Convergence analysis of t-SNE as a gradient flow for point cloud on a manifold

Seonghyeon Jeong,Hau-Tieng Wu
2024-01-31
Abstract:We present a theoretical foundation regarding the boundedness of the t-SNE algorithm. t-SNE employs gradient descent iteration with Kullback-Leibler (KL) divergence as the objective function, aiming to identify a set of points that closely resemble the original data points in a high-dimensional space, minimizing KL divergence. Investigating t-SNE properties such as perplexity and affinity under a weak convergence assumption on the sampled dataset, we examine the behavior of points generated by t-SNE under continuous gradient flow. Demonstrating that points generated by t-SNE remain bounded, we leverage this insight to establish the existence of a minimizer for KL divergence.
Machine Learning,Data Structures and Algorithms
What problem does this paper attempt to address?

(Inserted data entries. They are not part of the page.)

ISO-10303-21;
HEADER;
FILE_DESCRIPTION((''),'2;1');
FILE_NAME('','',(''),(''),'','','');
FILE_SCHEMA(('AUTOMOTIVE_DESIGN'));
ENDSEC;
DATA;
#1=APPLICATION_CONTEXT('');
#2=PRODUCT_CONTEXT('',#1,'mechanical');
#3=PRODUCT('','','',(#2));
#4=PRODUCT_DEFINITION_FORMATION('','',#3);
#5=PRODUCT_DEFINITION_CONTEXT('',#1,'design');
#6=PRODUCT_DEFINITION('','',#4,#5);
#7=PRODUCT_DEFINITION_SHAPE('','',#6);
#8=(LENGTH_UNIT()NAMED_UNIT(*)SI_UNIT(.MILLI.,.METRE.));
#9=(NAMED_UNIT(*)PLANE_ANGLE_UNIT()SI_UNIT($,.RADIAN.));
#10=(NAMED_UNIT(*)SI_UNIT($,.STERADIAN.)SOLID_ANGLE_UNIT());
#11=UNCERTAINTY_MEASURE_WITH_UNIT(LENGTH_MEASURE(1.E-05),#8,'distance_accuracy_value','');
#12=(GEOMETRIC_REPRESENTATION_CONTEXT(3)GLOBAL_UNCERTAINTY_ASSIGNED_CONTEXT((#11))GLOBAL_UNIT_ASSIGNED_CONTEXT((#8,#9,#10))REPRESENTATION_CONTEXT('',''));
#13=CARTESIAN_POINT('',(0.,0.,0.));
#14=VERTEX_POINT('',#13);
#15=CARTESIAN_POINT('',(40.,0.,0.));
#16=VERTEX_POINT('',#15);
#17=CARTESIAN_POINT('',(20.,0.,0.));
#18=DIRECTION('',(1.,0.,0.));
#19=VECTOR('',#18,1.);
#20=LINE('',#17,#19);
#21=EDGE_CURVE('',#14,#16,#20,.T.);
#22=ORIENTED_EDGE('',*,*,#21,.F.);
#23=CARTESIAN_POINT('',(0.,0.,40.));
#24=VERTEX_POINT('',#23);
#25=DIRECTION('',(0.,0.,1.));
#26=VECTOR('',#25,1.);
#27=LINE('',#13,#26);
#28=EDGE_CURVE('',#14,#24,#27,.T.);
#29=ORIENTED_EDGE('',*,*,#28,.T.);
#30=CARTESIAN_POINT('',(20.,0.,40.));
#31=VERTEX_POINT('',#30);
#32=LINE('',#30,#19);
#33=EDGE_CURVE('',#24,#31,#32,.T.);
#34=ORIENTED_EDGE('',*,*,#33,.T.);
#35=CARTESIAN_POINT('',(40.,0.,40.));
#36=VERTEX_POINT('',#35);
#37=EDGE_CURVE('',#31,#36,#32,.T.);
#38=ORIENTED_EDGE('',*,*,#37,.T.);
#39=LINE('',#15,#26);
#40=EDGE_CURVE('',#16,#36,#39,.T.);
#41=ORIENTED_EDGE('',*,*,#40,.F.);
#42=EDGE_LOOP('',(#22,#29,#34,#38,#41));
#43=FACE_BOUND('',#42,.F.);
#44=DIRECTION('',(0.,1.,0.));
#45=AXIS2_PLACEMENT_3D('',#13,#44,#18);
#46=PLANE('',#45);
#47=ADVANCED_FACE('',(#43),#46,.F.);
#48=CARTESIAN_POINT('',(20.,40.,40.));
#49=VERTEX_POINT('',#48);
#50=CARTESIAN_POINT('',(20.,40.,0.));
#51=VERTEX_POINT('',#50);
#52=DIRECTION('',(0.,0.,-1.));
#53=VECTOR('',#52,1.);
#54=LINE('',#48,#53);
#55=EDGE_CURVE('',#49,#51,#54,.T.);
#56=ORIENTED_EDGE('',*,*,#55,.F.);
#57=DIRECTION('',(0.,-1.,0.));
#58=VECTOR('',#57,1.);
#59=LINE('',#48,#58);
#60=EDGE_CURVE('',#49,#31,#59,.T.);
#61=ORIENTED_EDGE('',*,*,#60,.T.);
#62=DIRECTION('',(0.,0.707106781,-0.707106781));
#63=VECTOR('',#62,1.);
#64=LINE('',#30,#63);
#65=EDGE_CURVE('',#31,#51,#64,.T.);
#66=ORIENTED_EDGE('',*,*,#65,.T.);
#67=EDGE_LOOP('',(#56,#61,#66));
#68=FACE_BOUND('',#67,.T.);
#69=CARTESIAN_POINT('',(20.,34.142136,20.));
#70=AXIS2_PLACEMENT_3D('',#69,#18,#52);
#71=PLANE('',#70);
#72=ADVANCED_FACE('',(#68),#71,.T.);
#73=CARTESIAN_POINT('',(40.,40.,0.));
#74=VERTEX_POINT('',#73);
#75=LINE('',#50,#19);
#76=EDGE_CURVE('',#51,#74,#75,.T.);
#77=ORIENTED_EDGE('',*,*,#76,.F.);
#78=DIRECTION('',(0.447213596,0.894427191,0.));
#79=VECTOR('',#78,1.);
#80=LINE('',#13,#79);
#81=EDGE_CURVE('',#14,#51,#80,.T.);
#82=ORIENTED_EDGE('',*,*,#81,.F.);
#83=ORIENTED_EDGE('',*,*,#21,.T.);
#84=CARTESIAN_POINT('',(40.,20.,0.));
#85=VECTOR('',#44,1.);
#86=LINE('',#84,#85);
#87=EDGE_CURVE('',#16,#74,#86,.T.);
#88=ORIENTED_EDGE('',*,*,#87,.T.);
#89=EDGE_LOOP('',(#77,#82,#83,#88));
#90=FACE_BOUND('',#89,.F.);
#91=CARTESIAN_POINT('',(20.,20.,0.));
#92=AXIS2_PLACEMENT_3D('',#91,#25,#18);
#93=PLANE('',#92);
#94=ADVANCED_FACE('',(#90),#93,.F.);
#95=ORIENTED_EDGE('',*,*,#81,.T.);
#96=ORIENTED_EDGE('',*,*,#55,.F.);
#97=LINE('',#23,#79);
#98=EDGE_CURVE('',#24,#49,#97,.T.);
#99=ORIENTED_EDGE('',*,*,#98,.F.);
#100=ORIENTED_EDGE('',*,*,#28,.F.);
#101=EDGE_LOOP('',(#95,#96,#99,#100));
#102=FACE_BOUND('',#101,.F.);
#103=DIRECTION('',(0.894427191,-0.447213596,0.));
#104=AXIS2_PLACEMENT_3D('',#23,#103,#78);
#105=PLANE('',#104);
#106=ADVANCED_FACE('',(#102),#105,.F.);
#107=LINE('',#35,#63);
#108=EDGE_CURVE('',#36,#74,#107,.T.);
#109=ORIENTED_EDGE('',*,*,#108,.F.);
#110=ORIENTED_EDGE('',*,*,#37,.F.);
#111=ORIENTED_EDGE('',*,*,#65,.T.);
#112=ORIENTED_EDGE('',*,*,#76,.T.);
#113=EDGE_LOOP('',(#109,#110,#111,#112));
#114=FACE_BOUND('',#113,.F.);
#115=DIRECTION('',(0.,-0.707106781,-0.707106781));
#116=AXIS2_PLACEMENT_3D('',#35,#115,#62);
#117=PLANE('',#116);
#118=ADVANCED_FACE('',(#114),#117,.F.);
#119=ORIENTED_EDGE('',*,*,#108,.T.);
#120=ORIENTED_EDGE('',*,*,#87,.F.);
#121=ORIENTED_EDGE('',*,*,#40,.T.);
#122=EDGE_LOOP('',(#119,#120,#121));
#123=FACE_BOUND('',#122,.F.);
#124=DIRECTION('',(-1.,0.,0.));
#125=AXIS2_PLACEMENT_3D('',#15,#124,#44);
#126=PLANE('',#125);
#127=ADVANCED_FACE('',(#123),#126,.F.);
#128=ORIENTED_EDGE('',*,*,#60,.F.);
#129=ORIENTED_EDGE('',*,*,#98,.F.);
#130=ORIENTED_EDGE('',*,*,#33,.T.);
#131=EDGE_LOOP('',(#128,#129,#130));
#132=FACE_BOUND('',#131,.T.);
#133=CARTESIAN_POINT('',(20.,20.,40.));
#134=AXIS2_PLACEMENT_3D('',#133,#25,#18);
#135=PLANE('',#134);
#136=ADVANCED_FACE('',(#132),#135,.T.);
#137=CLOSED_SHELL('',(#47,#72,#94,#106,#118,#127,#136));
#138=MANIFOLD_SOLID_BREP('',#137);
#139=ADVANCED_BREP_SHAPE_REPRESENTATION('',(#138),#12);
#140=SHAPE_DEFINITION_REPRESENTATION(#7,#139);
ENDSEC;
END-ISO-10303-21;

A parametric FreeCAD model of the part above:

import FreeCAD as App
import Part
import Sketcher
from FreeCAD import Vector

doc = App.newDocument("Part")
params = doc.addObject("Spreadsheet::Sheet", "Params")
for row, (alias, value) in enumerate([
    ("sketch1_width", "40 mm"),
    ("pad1_length", "40 mm"),
    ("sketch2_width", "20 mm"),
    ("sketch2_height", "40 mm"),
    ("pocket1_length", "40 mm"),
    ("sketch3_width", "40 mm"),
    ("pocket2_length", "20 mm"),
], start=1):
    params.set(f"A{row}", alias)
    params.set(f"B{row}", "=" + value)
    params.setAlias(f"B{row}", alias)

body = doc.addObject("PartDesign::Body", "Body")

# Sketch on XY plane
sketch1 = doc.addObject("Sketcher::SketchObject", "Sketch")
body.addObject(sketch1)
sketch1.AttachmentSupport = (doc.XY_Plane, [""])
sketch1.MapMode = "FlatFace"
sketch1.addGeometry(Part.LineSegment(Vector(0, 40, 0), Vector(0, 0, 0)), False)
sketch1.addGeometry(Part.LineSegment(Vector(0, 0, 0), Vector(40, 0, 0)), False)
sketch1.addGeometry(Part.LineSegment(Vector(40, 0, 0), Vector(40, 40, 0)), False)
sketch1.addGeometry(Part.LineSegment(Vector(40, 40, 0), Vector(0, 40, 0)), False)
sketch1.addConstraint(Sketcher.Constraint("Coincident", 0, 2, 1, 1))
sketch1.addConstraint(Sketcher.Constraint("Coincident", 1, 2, 2, 1))
sketch1.addConstraint(Sketcher.Constraint("Coincident", 2, 2, 3, 1))
sketch1.addConstraint(Sketcher.Constraint("Coincident", 3, 2, 0, 1))
sketch1.addConstraint(Sketcher.Constraint("Vertical", 0))
sketch1.addConstraint(Sketcher.Constraint("Horizontal", 1))
sketch1.addConstraint(Sketcher.Constraint("Vertical", 2))
sketch1.addConstraint(Sketcher.Constraint("Horizontal", 3))
sketch1.addConstraint(Sketcher.Constraint("Coincident", 0, 2, -1, 1))
sketch1.addConstraint(Sketcher.Constraint("Equal", 3, 0))
sketch1.addConstraint(Sketcher.Constraint("DistanceX", 1, 1, 1, 2, 40.0))
sketch1.setExpression("Constraints[10]", "Params.sketch1_width")
pad1 = doc.addObject("PartDesign::Pad", "Pad")
body.addObject(pad1)
pad1.Profile = sketch1
pad1.setExpression("Length", "Params.pad1_length")

# Sketch on XY plane
sketch2 = doc.addObject("Sketcher::SketchObject", "Sketch001")
body.addObject(sketch2)
sketch2.AttachmentSupport = (doc.XY_Plane, [""])
sketch2.MapMode = "FlatFace"
sketch2.AttachmentOffset = App.Placement(Vector(0, 0, 40), App.Rotation())
sketch2.addGeometry(Part.LineSegment(Vector(0, 0, 0), Vector(20, 40, 0)), False)
sketch2.addGeometry(Part.LineSegment(Vector(20, 40, 0), Vector(0, 40, 0)), False)
sketch2.addGeometry(Part.LineSegment(Vector(0, 40, 0), Vector(0, 0, 0)), False)
sketch2.addConstraint(Sketcher.Constraint("Coincident", 0, 2, 1, 1))
sketch2.addConstraint(Sketcher.Constraint("Coincident", 1, 2, 2, 1))
sketch2.addConstraint(Sketcher.Constraint("Coincident", 2, 2, 0, 1))
sketch2.addConstraint(Sketcher.Constraint("Horizontal", 1))
sketch2.addConstraint(Sketcher.Constraint("Vertical", 2))
sketch2.addConstraint(Sketcher.Constraint("Coincident", 2, 2, -1, 1))
sketch2.addConstraint(Sketcher.Constraint("DistanceX", 1, 2, 1, 1, 20.0))
sketch2.addConstraint(Sketcher.Constraint("DistanceY", 2, 2, 2, 1, 40.0))
sketch2.setExpression("Constraints[6]", "Params.sketch2_width")
sketch2.setExpression("Constraints[7]", "Params.sketch2_height")
pocket1 = doc.addObject("PartDesign::Pocket", "Pocket")
body.addObject(pocket1)
pocket1.Profile = sketch2
pocket1.setExpression("Length", "Params.pocket1_length")

# Sketch on YZ plane
sketch3 = doc.addObject("Sketcher::SketchObject", "Sketch002")
body.addObject(sketch3)
sketch3.AttachmentSupport = (doc.YZ_Plane, [""])
sketch3.MapMode = "FlatFace"
sketch3.AttachmentOffset = App.Placement(Vector(0, 0, 40), App.Rotation())
sketch3.addGeometry(Part.LineSegment(Vector(40, 0, 0), Vector(40, 40, 0)), False)
sketch3.addGeometry(Part.LineSegment(Vector(40, 40, 0), Vector(0, 40, 0)), False)
sketch3.addGeometry(Part.LineSegment(Vector(0, 40, 0), Vector(40, 0, 0)), False)
sketch3.addConstraint(Sketcher.Constraint("Coincident", 0, 2, 1, 1))
sketch3.addConstraint(Sketcher.Constraint("Coincident", 1, 2, 2, 1))
sketch3.addConstraint(Sketcher.Constraint("Coincident", 2, 2, 0, 1))
sketch3.addConstraint(Sketcher.Constraint("Vertical", 0))
sketch3.addConstraint(Sketcher.Constraint("Horizontal", 1))
sketch3.addConstraint(Sketcher.Constraint("PointOnObject", 1, 2, -2))
sketch3.addConstraint(Sketcher.Constraint("PointOnObject", 2, 2, -1))
sketch3.addConstraint(Sketcher.Constraint("Equal", 1, 0))
sketch3.addConstraint(Sketcher.Constraint("DistanceX", 1, 2, 1, 1, 40.0))
sketch3.setExpression("Constraints[8]", "Params.sketch3_width")
pocket2 = doc.addObject("PartDesign::Pocket", "Pocket001")
body.addObject(pocket2)
pocket2.Profile = sketch3
pocket2.setExpression("Length", "Params.pocket2_length")

doc.recompute()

The paper primarily focuses on the behavioral characteristics of the t-SNE (t-distributed Stochastic Neighbor Embedding) algorithm when sampling point clouds on manifolds, and specifically studies the convergence analysis of t-SNE as a gradient flow. Below is a summary of the main issues the paper attempts to address: 1. **Research Background and Motivation**: - t-SNE is a widely used nonlinear dimensionality reduction method for data visualization. - Despite its excellent performance in practice, the theoretical support for t-SNE is relatively limited, especially regarding its iterative nature. 2. **Core Issues**: - **Divergence during the Iterative Process**: Investigating whether the t-SNE algorithm produces data points that diverge to infinity when handling high-dimensional data. - **Existence of Global Minimum**: Proving whether the Kullback-Leibler (KL) divergence used by t-SNE has a global minimum under specific conditions. 3. **Main Contributions**: - **Limitation of Divergence**: Through analysis, it is proven that the embedded points generated by t-SNE are uniformly bounded in a 2-dimensional space. - **Existence of Global Minimum**: Based on the above results, it is further proven that the KL divergence has a global minimum. 4. **Technical Details**: - **Discussion of Perplexity Parameter**: The paper discusses in detail the properties of the perplexity parameter in t-SNE, including its range, uniqueness, and stability. - **Continuous Gradient Flow**: Viewing t-SNE as a continuous gradient flow, key conclusions are derived by analyzing the gradient flow equations. - **Changes in Mutual Distances**: Using the gradient flow equations and the structure of the perplexity parameter, the changes in mutual distances between embedded points are studied to infer overall behavior. 5. **Organizational Structure**: - The paper first reviews the basic principles of the t-SNE algorithm. - Then, it proposes the assumptions used for analyzing t-SNE, including assumptions about the support set of the input dataset. - Next, it delves into the properties of the perplexity parameter. - Finally, the paper elaborates on the main theorems and their proofs in detail. In summary, this paper aims to fill the gap in the theoretical foundation of the t-SNE algorithm. Through mathematical analysis, it proves key properties of the t-SNE algorithm, thereby providing a more solid theoretical support for its practical application.